Mortality estimation in chronic kidney disease based on artificial intelligence: a web-based support system
Keywords:
enfermedad renal crónica; mortalidad; inteligencia artificial; modelos predictivos; aplicación webAbstract
Introduction: Artificial intelligence-based predictive models for predicting mortality risk in patients with chronic kidney disease on hemodialysis are robust. The real impact would improve if they were translated into accessible, real-time tools.
Objective: To develop and implement an interactive, artificial intelligence-based web application for the individualized prediction of mortality risk in patients with chronic kidney disease on hemodialysis.
Methods: A clinical decision support system was developed based on a multilayer artificial neural network trained with clinical data from incident hemodialysis patients. TensorFlow and Keras were implemented in Python for its development. The network was trained with clinical data and exported to TensorFlow.js format for integration into the developed web application. Data preprocessing, variable standardization and cross-validation with 10 partitions were performed to evaluate model performance.

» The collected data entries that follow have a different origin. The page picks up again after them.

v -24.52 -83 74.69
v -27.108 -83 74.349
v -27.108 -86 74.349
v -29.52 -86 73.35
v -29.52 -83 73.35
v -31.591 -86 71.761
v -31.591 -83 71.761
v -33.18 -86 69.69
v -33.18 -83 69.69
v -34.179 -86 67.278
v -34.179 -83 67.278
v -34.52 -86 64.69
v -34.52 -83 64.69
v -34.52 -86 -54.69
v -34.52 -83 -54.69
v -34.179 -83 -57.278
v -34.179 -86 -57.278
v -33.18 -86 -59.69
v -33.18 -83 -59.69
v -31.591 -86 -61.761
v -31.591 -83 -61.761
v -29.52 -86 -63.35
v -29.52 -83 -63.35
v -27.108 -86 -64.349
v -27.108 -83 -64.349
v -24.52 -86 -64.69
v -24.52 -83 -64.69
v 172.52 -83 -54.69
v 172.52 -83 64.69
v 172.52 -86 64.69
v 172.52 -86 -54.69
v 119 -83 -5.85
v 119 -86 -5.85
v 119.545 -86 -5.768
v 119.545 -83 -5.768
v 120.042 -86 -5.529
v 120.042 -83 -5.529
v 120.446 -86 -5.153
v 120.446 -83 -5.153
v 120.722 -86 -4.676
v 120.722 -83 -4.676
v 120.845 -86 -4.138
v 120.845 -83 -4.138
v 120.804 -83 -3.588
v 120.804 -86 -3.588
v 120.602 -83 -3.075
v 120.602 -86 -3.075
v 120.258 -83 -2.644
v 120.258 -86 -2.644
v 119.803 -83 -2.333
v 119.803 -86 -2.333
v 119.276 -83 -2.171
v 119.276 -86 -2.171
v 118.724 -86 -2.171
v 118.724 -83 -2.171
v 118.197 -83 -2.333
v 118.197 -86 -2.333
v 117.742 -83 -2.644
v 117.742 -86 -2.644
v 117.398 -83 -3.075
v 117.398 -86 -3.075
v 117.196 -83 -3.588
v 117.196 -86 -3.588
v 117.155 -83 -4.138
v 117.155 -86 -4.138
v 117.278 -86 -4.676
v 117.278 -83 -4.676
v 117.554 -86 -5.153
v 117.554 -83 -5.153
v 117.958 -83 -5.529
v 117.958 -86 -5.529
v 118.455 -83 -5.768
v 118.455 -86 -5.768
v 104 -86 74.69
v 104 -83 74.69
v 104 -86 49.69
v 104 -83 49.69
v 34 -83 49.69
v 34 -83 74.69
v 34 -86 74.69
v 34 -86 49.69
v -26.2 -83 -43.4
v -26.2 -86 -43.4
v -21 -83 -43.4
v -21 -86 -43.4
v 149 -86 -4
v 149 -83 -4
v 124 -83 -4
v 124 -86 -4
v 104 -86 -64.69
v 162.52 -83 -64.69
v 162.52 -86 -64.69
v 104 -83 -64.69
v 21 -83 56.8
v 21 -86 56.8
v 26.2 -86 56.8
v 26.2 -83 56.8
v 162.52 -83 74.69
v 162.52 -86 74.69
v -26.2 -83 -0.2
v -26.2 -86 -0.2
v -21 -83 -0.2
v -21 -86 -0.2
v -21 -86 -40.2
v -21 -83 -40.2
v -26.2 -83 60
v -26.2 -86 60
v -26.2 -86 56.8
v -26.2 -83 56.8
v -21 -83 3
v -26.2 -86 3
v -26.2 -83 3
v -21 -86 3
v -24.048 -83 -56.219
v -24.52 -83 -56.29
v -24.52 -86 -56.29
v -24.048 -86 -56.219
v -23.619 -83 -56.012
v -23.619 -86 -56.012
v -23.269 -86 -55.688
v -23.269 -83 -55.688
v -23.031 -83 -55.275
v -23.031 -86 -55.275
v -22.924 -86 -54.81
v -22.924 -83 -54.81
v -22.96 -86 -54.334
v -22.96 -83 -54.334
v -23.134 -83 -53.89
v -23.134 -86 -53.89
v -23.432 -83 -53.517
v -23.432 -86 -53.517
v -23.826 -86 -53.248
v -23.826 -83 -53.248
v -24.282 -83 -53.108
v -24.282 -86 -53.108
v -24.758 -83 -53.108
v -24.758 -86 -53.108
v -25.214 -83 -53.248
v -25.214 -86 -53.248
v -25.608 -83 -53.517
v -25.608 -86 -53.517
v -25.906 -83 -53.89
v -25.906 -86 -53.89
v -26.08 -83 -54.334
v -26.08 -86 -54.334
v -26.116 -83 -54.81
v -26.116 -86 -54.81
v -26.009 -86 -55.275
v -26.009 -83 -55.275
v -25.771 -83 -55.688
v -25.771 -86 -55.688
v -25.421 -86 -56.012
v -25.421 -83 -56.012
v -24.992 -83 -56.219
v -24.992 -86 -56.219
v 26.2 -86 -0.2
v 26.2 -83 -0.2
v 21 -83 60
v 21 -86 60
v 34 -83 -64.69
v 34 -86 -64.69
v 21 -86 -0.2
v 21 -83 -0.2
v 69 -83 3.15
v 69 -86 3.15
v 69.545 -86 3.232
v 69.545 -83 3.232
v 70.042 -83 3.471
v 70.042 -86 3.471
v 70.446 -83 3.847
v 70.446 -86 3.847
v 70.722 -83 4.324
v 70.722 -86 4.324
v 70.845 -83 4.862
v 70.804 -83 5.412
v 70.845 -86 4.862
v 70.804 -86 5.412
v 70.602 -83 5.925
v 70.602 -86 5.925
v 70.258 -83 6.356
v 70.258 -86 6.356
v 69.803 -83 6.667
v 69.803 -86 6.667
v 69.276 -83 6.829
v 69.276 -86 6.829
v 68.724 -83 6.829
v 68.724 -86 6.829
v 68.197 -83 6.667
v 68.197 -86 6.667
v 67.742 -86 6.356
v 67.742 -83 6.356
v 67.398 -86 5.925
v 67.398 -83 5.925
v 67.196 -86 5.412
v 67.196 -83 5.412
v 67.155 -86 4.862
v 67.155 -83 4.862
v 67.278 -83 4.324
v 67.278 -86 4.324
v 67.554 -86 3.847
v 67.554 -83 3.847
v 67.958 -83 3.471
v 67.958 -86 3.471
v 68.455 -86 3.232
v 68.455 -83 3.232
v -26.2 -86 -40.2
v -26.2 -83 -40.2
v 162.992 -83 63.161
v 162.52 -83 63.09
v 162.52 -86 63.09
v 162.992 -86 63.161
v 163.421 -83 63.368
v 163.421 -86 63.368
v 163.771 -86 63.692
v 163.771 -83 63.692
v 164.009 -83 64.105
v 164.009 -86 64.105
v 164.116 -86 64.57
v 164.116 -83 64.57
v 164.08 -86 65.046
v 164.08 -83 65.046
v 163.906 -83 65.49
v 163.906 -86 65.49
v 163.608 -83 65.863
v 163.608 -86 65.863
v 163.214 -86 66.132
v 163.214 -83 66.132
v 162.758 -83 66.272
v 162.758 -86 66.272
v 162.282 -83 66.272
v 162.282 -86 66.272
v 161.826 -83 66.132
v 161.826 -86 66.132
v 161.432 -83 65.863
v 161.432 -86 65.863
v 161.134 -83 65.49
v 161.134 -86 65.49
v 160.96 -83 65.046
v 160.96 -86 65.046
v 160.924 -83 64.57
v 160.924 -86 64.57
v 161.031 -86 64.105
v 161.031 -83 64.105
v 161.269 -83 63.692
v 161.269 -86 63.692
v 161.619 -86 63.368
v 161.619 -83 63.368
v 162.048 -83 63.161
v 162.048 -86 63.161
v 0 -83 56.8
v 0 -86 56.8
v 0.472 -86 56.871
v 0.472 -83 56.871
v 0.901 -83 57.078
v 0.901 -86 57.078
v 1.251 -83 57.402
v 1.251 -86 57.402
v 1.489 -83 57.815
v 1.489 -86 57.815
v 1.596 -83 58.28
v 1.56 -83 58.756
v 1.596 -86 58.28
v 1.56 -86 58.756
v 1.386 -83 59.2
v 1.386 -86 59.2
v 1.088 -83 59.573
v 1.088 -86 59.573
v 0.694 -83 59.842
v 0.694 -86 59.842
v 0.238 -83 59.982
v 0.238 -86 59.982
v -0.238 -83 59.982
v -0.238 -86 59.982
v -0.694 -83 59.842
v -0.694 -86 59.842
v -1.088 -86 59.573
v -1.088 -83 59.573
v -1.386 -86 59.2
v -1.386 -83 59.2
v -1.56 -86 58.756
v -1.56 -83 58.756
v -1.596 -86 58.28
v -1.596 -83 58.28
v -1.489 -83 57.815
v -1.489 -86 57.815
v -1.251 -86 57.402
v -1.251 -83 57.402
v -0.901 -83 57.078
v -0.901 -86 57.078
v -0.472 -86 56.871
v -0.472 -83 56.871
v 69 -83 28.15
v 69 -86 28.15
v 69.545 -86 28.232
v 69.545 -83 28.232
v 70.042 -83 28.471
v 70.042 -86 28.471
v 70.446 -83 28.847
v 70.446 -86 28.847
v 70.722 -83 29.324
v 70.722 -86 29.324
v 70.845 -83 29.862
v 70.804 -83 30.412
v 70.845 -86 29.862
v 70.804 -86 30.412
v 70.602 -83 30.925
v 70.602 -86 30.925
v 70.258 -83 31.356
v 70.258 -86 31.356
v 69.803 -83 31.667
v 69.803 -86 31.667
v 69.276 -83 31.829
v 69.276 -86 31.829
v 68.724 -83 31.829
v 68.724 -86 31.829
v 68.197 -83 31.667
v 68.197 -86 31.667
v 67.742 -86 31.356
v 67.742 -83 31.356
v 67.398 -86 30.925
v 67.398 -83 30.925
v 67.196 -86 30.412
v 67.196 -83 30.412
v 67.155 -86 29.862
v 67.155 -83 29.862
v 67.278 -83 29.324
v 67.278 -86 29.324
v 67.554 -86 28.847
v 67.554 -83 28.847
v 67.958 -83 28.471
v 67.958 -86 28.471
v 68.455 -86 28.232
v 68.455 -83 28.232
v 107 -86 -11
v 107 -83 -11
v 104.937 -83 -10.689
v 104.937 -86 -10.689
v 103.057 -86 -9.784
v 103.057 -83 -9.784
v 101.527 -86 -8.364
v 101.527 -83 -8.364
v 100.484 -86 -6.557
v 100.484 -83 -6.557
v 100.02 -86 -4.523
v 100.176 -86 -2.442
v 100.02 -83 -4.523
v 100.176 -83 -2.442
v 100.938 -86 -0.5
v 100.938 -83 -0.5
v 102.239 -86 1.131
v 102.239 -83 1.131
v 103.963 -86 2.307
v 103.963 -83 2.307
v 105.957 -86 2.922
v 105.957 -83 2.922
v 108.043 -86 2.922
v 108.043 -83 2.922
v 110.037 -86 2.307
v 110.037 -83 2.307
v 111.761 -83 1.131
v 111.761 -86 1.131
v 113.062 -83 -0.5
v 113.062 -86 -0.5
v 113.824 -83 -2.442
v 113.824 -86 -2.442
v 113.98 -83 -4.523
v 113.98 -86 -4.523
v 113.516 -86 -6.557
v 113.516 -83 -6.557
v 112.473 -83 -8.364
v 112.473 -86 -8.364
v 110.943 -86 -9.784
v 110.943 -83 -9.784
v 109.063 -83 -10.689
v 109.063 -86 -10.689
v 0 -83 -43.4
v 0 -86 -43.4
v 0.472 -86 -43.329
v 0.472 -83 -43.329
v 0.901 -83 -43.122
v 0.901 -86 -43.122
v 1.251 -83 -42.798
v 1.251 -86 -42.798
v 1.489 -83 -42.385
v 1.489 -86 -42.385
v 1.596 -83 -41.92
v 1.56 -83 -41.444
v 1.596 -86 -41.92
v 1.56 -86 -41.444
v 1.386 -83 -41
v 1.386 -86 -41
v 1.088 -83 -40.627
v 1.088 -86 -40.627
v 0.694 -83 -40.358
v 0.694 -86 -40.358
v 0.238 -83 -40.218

Results: The web application features an interactive from where the healthcare professional can enter relevant clinical data. The tool showed good calibration and discrimination. Cross-validation metrics provided a robust estimate of the model's overall performance. The applications allow for real-time predictions and features an intuitive and accessible interface.
Conclusions: The tool demonstrates a significant potential impact in the clinical setting for risk stratification of hemodialysis patients. It offers a list of personalized, data-driven recommendations for routine decision-making.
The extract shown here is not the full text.